/ Recensione: Pinocchio di Guillermo del Toro (2022)

Classificazione: 4.5 su 5.

In questi anni in cui la storia di “Pinocchio” è stata riproposta in tantissimi modi e versioni, ci sentiamo quasi assuefatti e mai avremmo pensato che ancora ci si potesse emozionare con le avventure del burattino più famoso al mondo… ma poi è arrivato del Toro e magicamente tutto è cambiato e la stella di Pinocchio è tornata a brillare in un modo però completamente diverso!

Si perché il regista premio Oscar per “The Shape of Water” (2017) decide di prendere solo spunto dalla storia di Collodi e poi crea intorno ad essa la sua visione, unica e speciale, catapultando Geppetto e Pinocchio in una Italia cupa e tetra ai tempi del fascismo, e qui Guillermo prende la sua strada ricalcando tutto lo stile che lo ha reso celebre nel mondo e infischiandosene dell’autenticità e mettendoci il cuore, facendoci tornare molto ai tempi del suo capolavoro “Il labirinto del fauno”.

Qui Pinocchio, a differenza dell’opera letteraria e anche di quella celebre Disney, nasce da una notte di bevute più intense di un Geppetto ormai disperato e senza più nulla nella vita, infatti i primi dieci minuti del film che portano a questo momento dell’esistenza del falegname vi avranno già fatto versare fiumi di lacrime, e capirete che già la realizzazione del burattino, così grezza e decisa, ci catapulterà in una storia più dura e “reale” a differenza di quella disneyana, fatta di oscurità ma anche di tantissima fragilità e umanità.

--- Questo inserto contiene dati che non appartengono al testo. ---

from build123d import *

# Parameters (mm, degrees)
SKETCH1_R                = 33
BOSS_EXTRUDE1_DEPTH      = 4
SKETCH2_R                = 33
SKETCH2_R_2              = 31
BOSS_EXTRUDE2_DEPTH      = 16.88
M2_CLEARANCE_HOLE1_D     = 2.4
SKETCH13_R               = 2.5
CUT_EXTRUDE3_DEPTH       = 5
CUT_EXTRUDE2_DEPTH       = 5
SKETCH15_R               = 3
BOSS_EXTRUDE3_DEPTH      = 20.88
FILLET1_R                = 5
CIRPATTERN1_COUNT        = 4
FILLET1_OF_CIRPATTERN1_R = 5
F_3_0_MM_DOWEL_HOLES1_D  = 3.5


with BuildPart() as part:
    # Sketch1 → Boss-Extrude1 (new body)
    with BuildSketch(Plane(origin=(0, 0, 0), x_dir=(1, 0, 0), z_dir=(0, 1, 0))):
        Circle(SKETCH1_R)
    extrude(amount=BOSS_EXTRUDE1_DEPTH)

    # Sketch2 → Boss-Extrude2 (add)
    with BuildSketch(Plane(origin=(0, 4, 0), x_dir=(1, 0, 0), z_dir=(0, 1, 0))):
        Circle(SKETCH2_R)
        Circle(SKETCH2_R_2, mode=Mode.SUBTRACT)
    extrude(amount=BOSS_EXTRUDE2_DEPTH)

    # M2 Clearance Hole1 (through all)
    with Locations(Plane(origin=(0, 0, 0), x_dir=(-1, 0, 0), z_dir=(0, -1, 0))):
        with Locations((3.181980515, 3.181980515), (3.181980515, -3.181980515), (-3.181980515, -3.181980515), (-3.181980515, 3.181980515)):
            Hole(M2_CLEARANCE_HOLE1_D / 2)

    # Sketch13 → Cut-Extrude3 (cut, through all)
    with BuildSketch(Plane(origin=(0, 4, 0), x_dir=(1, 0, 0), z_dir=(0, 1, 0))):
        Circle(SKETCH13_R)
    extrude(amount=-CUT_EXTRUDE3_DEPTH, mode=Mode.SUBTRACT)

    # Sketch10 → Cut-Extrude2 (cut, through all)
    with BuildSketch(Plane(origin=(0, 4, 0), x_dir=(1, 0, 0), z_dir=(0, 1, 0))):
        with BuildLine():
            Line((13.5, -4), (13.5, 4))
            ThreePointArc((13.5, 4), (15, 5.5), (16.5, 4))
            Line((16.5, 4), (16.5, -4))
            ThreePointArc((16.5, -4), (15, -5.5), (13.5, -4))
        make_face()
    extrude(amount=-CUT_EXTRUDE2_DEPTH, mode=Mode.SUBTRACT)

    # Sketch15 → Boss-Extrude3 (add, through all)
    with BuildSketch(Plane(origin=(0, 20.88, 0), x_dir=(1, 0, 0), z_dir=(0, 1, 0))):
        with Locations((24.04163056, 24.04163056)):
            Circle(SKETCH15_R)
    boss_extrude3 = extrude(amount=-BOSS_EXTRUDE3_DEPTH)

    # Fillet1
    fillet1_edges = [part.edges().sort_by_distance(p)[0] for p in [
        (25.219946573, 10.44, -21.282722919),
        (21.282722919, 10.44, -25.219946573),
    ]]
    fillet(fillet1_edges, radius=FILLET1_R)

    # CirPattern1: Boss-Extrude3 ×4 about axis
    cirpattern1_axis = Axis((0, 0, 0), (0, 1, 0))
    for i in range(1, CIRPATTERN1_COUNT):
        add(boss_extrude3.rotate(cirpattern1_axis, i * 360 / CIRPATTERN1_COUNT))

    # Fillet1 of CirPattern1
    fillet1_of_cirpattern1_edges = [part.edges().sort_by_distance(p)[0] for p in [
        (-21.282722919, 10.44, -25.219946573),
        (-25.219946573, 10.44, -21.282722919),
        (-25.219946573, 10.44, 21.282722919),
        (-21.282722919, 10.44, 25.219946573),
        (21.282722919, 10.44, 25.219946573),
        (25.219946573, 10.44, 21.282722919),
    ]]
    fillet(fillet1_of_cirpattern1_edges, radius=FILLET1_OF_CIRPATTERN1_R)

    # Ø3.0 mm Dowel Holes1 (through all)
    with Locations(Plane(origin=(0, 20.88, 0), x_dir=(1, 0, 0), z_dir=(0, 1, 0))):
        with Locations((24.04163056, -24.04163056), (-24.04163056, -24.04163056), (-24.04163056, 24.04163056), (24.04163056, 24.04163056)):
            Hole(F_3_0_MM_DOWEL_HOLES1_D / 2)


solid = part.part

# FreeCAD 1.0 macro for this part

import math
import FreeCAD as App
import Part
import Sketcher
from FreeCAD import Vector
Q = App.Units.Quantity


def edges_at(feature, points):
    """Names of the edges that pass closest to the given points."""
    edges = feature.Shape.Edges
    near = lambda p: min(range(len(edges)), key=lambda i: edges[i].distToShape(Part.Vertex(*p))[0])
    return sorted({f"Edge{near(p) + 1}" for p in points})

doc = App.newDocument("Part")
params = doc.addObject("Spreadsheet::Sheet", "Params")
for row, (alias, value) in enumerate([
    ("sketch1_diameter", "66 mm"),
    ("pad1_length", "4 mm"),
    ("sketch2_diameter", "66 mm"),
    ("sketch2_diameter2", "62 mm"),
    ("pad2_length", "16.88 mm"),
    ("sketch3_diameter", "2.4 mm"),
    ("hole_diameter", "2.4 mm"),
    ("sketch4_diameter", "5 mm"),
    ("sketch5_radius", "1.5 mm"),
    ("sketch5_height", "8 mm"),
    ("sketch6_diameter", "6 mm"),
    ("pad3_length", "20.88 mm"),
    ("fillet_radius", "5 mm"),
    ("fillet2_radius", "5 mm"),
    ("sketch7_diameter", "3.5 mm"),
    ("hole2_diameter", "3.5 mm"),
], start=1):
    params.set(f"A{row}", alias)
    params.set(f"B{row}", "=" + value)
    params.setAlias(f"B{row}", alias)

body = doc.addObject("PartDesign::Body", "Body")

sketch1 = body.newObject("Sketcher::SketchObject", "Sketch")
sketch1.AttachmentSupport = (doc.getObject("XZ_Plane"), [""])
sketch1.MapMode = "FlatFace"
sketch1.addGeometry(Part.Circle(Vector(0, 0, 0), Vector(0, 0, 1), 33), False)
sketch1.addConstraint(Sketcher.Constraint("Coincident", 0, 3, -1, 1))
sketch1.addConstraint(Sketcher.Constraint("Diameter", 0, Q("66 mm")))
sketch1.setExpression("Constraints[1]", "Params.sketch1_diameter")
pad1 = body.newObject("PartDesign::Pad", "Pad")
pad1.Profile = sketch1
pad1.setExpression("Length", "Params.pad1_length")
pad1.Reversed = True

sketch2 = body.newObject("Sketcher::SketchObject", "Sketch001")
sketch2.AttachmentSupport = (doc.getObject("XZ_Plane"), [""])
sketch2.MapMode = "FlatFace"
sketch2.AttachmentOffset = App.Placement(Vector(0, 0, -4), App.Rotation())
sketch2.addGeometry(Part.Circle(Vector(0, 0, 0), Vector(0, 0, 1), 33), False)
sketch2.addGeometry(Part.Circle(Vector(0, 0, 0), Vector(0, 0, 1), 31), False)
sketch2.addConstraint(Sketcher.Constraint("Coincident", 0, 3, -1, 1))
sketch2.addConstraint(Sketcher.Constraint("Coincident", 1, 3, -1, 1))
sketch2.addConstraint(Sketcher.Constraint("Diameter", 0, Q("66 mm")))
sketch2.addConstraint(Sketcher.Constraint("Diameter", 1, Q("62 mm")))
sketch2.setExpression("Constraints[2]", "Params.sketch2_diameter")
sketch2.setExpression("Constraints[3]", "Params.sketch2_diameter2")
pad2 = body.newObject("PartDesign::Pad", "Pad001")
pad2.Profile = sketch2
pad2.setExpression("Length", "Params.pad2_length")
pad2.Reversed = True

sketch3 = body.newObject("Sketcher::SketchObject", "Sketch002")
sketch3.AttachmentSupport = (doc.getObject("XZ_Plane"), [""])
sketch3.MapMode = "FlatFace"
sketch3.addGeometry(Part.Circle(Vector(-3.2, -3.2, 0), Vector(0, 0, 1), 1.2), False)
sketch3.addGeometry(Part.Circle(Vector(-3.2, 3.2, 0), Vector(0, 0, 1), 1.2), False)
sketch3.addGeometry(Part.Circle(Vector(3.2, 3.2, 0), Vector(0, 0, 1), 1.2), False)
sketch3.addGeometry(Part.Circle(Vector(3.2, -3.2, 0), Vector(0, 0, 1), 1.2), False)
sketch3.addConstraint(Sketcher.Constraint("Equal", 0, 1))
sketch3.addConstraint(Sketcher.Constraint("Equal", 1, 2))
sketch3.addConstraint(Sketcher.Constraint("Equal", 2, 3))
sketch3.addConstraint(Sketcher.Constraint("Symmetric", 0, 3, 2, 3, -1, 1))
sketch3.addConstraint(Sketcher.Constraint("Symmetric", 1, 3, 3, 3, -1, 1))
sketch3.addConstraint(Sketcher.Constraint("Symmetric", 1, 3, 2, 3, -2))
sketch3.addConstraint(Sketcher.Constraint("Diameter", 0, Q("2.4 mm")))
sketch3.addConstraint(Sketcher.Constraint("DistanceX", 0, 3, -1, 1, Q("3.181981 mm")))
sketch3.addConstraint(Sketcher.Constraint("DistanceY", 0, 3, -1, 1, Q("3.181981 mm")))
sketch3.setExpression("Constraints[6]", "Params.sketch3_diameter")
doc.recompute()
hole = body.newObject("PartDesign::Hole", "Hole")
hole.Profile = sketch3
hole.ThreadType = "None"
hole.setExpression("Diameter", "Params.hole_diameter")
hole.DepthType = "ThroughAll"

sketch4 = body.newObject("Sketcher::SketchObject", "Sketch003")
sketch4.AttachmentSupport = (doc.getObject("XZ_Plane"), [""])
sketch4.MapMode = "FlatFace"
sketch4.AttachmentOffset = App.Placement(Vector(0, 0, -4), App.Rotation())
sketch4.addGeometry(Part.Circle(Vector(0, 0, 0), Vector(0, 0, 1), 2.5), False)
sketch4.addConstraint(Sketcher.Constraint("Coincident", 0, 3, -1, 1))
sketch4.addConstraint(Sketcher.Constraint("Diameter", 0, Q("5 mm")))
sketch4.setExpression("Constraints[1]", "Params.sketch4_diameter")
pocket1 = body.newObject("PartDesign::Pocket", "Pocket")
pocket1.Profile = sketch4
pocket1.Type = "ThroughAll"
pocket1.Reversed = True

sketch5 = body.newObject("Sketcher::SketchObject", "Sketch004")
sketch5.AttachmentSupport = (doc.getObject("XZ_Plane"), [""])
sketch5.MapMode = "FlatFace"
sketch5.AttachmentOffset = App.Placement(Vector(0, 0, -4), App.Rotation())
sketch5.addGeometry(Part.LineSegment(Vector(13.5, -4, 0), Vector(13.5, 4, 0)), False)
sketch5.addGeometry(Part.ArcOfCircle(Part.Circle(Vector(15, 4, 0), Vector(0, 0, 1), 1.5), math.radians(0), math.radians(180)), False)
sketch5.addGeometry(Part.LineSegment(Vector(16.5, 4, 0), Vector(16.5, -4, 0)), False)
sketch5.addGeometry(Part.ArcOfCircle(Part.Circle(Vector(15, -4, 0), Vector(0, 0, 1), 1.5), math.radians(180), math.radians(360)), False)
sketch5.addConstraint(Sketcher.Constraint("Tangent", 0, 2, 1, 2))
sketch5.addConstraint(Sketcher.Constraint("Tangent", 1, 1, 2, 1))
sketch5.addConstraint(Sketcher.Constraint("Tangent", 2, 2, 3, 2))
sketch5.addConstraint(Sketcher.Constraint("Tangent", 3, 1, 0, 1))
sketch5.addConstraint(Sketcher.Constraint("Vertical", 0))
sketch5.addConstraint(Sketcher.Constraint("Vertical", 2))
sketch5.addConstraint(Sketcher.Constraint("Radius", 1, Q("1.5 mm")))
sketch5.addConstraint(Sketcher.Constraint("DistanceY", 0, 1, 0, 2, Q("8 mm")))
sketch5.addConstraint(Sketcher.Constraint("DistanceX", -1, 1, 1, 3, Q("15 mm")))
sketch5.addConstraint(Sketcher.Constraint("DistanceY", -1, 1, 1, 3, Q("4 mm")))
sketch5.setExpression("Constraints[6]", "Params.sketch5_radius")
sketch5.setExpression("Constraints[7]", "Params.sketch5_height")
pocket2 = body.newObject("PartDesign::Pocket", "Pocket001")
pocket2.Profile = sketch5
pocket2.Type = "ThroughAll"
pocket2.Reversed = True

sketch6 = body.newObject("Sketcher::SketchObject", "Sketch005")
sketch6.AttachmentSupport = (doc.getObject("XZ_Plane"), [""])
sketch6.MapMode = "FlatFace"
sketch6.AttachmentOffset = App.Placement(Vector(0, 0, -20.88), App.Rotation())
sketch6.addGeometry(Part.Circle(Vector(24, -24, 0), Vector(0, 0, 1), 3), False)
sketch6.addConstraint(Sketcher.Constraint("Diameter", 0, Q("6 mm")))
sketch6.addConstraint(Sketcher.Constraint("DistanceX", -1, 1, 0, 3, Q("24.041631 mm")))
sketch6.addConstraint(Sketcher.Constraint("DistanceY", 0, 3, -1, 1, Q("24.041631 mm")))
sketch6.setExpression("Constraints[0]", "Params.sketch6_diameter")
pad3 = body.newObject("PartDesign::Pad", "Pad002")
pad3.Profile = sketch6
pad3.setExpression("Length", "Params.pad3_length")
doc.recompute()

fillet = body.newObject("PartDesign::Fillet", "Fillet")
fillet.Base = (pad3, edges_at(pad3, [(25.22, 10.44, -21.283), (21.283, 10.44, -25.22)]))
fillet.setExpression("Radius", "Params.fillet_radius")
doc.recompute()

polarpattern = body.newObject("PartDesign::PolarPattern", "PolarPattern")
polarpattern.Originals = [pad3]
polarpattern.Axis = (doc.getObject("Y_Axis"), [""])
polarpattern.Angle = 360
polarpattern.Occurrences = 4
body.Tip = polarpattern
doc.recompute()

fillet2 = body.newObject("PartDesign::Fillet", "Fillet001")
fillet2.Base = (polarpattern, edges_at(polarpattern, [
    (-21.283, 10.44, -25.22),
    (-25.22, 10.44, -21.283),
    (-25.22, 10.44, 21.283),
    (-21.283, 10.44, 25.22),
    (21.283, 10.44, 25.22),
    (25.22, 10.44, 21.283),
]))
fillet2.setExpression("Radius", "Params.fillet2_radius")

sketch7 = body.newObject("Sketcher::SketchObject", "Sketch006")
sketch7.AttachmentSupport = (doc.getObject("XZ_Plane"), [""])
sketch7.MapMode = "FlatFace"
sketch7.AttachmentOffset = App.Placement(Vector(0, 0, -20.88), App.Rotation())
sketch7.addGeometry(Part.Circle(Vector(24, 24, 0), Vector(0, 0, 1), 1.8), False)
sketch7.addGeometry(Part.Circle(Vector(-24, 24, 0), Vector(0, 0, 1), 1.8), False)
sketch7.addGeometry(Part.Circle(Vector(-24, -24, 0), Vector(0, 0, 1), 1.8), False)
sketch7.addGeometry(Part.Circle(Vector(24, -24, 0), Vector(0, 0, 1), 1.8), False)
sketch7.addConstraint(Sketcher.Constraint("Equal", 0, 1))
sketch7.addConstraint(Sketcher.Constraint("Equal", 1, 2))
sketch7.addConstraint(Sketcher.Constraint("Equal", 2, 3))
sketch7.addConstraint(Sketcher.Constraint("Symmetric", 0, 3, 2, 3, -1, 1))
sketch7.addConstraint(Sketcher.Constraint("Symmetric", 1, 3, 3, 3, -1, 1))
sketch7.addConstraint(Sketcher.Constraint("Symmetric", 0, 3, 1, 3, -2))
sketch7.addConstraint(Sketcher.Constraint("Diameter", 0, Q("3.5 mm")))
sketch7.addConstraint(Sketcher.Constraint("DistanceX", -1, 1, 0, 3, Q("24.041631 mm")))
sketch7.addConstraint(Sketcher.Constraint("DistanceY", -1, 1, 0, 3, Q("24.041631 mm")))
sketch7.setExpression("Constraints[6]", "Params.sketch7_diameter")
doc.recompute()
hole2 = body.newObject("PartDesign::Hole", "Hole001")
hole2.Profile = sketch7
hole2.ThreadType = "None"
hole2.setExpression("Diameter", "Params.hole2_diameter")
hole2.DepthType = "ThroughAll"
hole2.Reversed = True

doc.recompute()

Ogni volta che si toccano determinate storie, ormai entrate nell’immaginario comune, si è sempre pronti a criticare il fatto che siano lontane dall’originale o solo una copia sbiadita ma qui la forza della trama sta proprio nell’essere una storia a sé, che utilizza Pinocchio per raccontarci un’epoca ma anche come affrontare la perdita, il lutto… e la vita.

Ovviamente se ci si mette anche una stop motion incredibile, con scene da togliere il fiato, allora tutto diventa ancora più incantevole, ed è stato saggio da parte di del Toro di avvalersi come co-regista di Mark Gustafson, esperto in questo campo, così i due hanno potuto unire le forze per rendere il film una vera perla, che deve vincere a mani basse, senza se e senza ma, l’oscar per il miglior film d’animazione nel 2023.

Se si guarda il film in lingua originale non si può che ammirare anche l’ottimo lavoro svolto da attori come: Ron Perlman (il podestà), Christoph Waltz (Il conte Volpe, un mix fra il gatto, la volpe e mangiafuoco), David Bradley (Geppetto), Tilda Swinton (Spirito del bosco e Morte) ma soprattutto Ewan McGregor. Il suo grillo parlante non è solo una coscienza un po’ troppo saccente, ma un vero e proprio amico fino all’ultimo…

Aggiungo solo che per me dovete assolutamente vederlo, poi magari vi piacerà o no, lo amerete o no, ma penso sia impossibile non piangere nei primi dieci minuti e soprattutto non finire in una valle di lacrime nella parte finale…

P.s: menzione per Cate Blanchett che pur di lavorare con del Toro in questo film, in quel periodo stavano girando insieme “La fiera delle illusioni”, pronuncia praticamente solo due/tre parole nelle vesti della scimmia “Spazzatura”. Anche lei ha voluto aggiungere un granello in più alla magia di questa opera.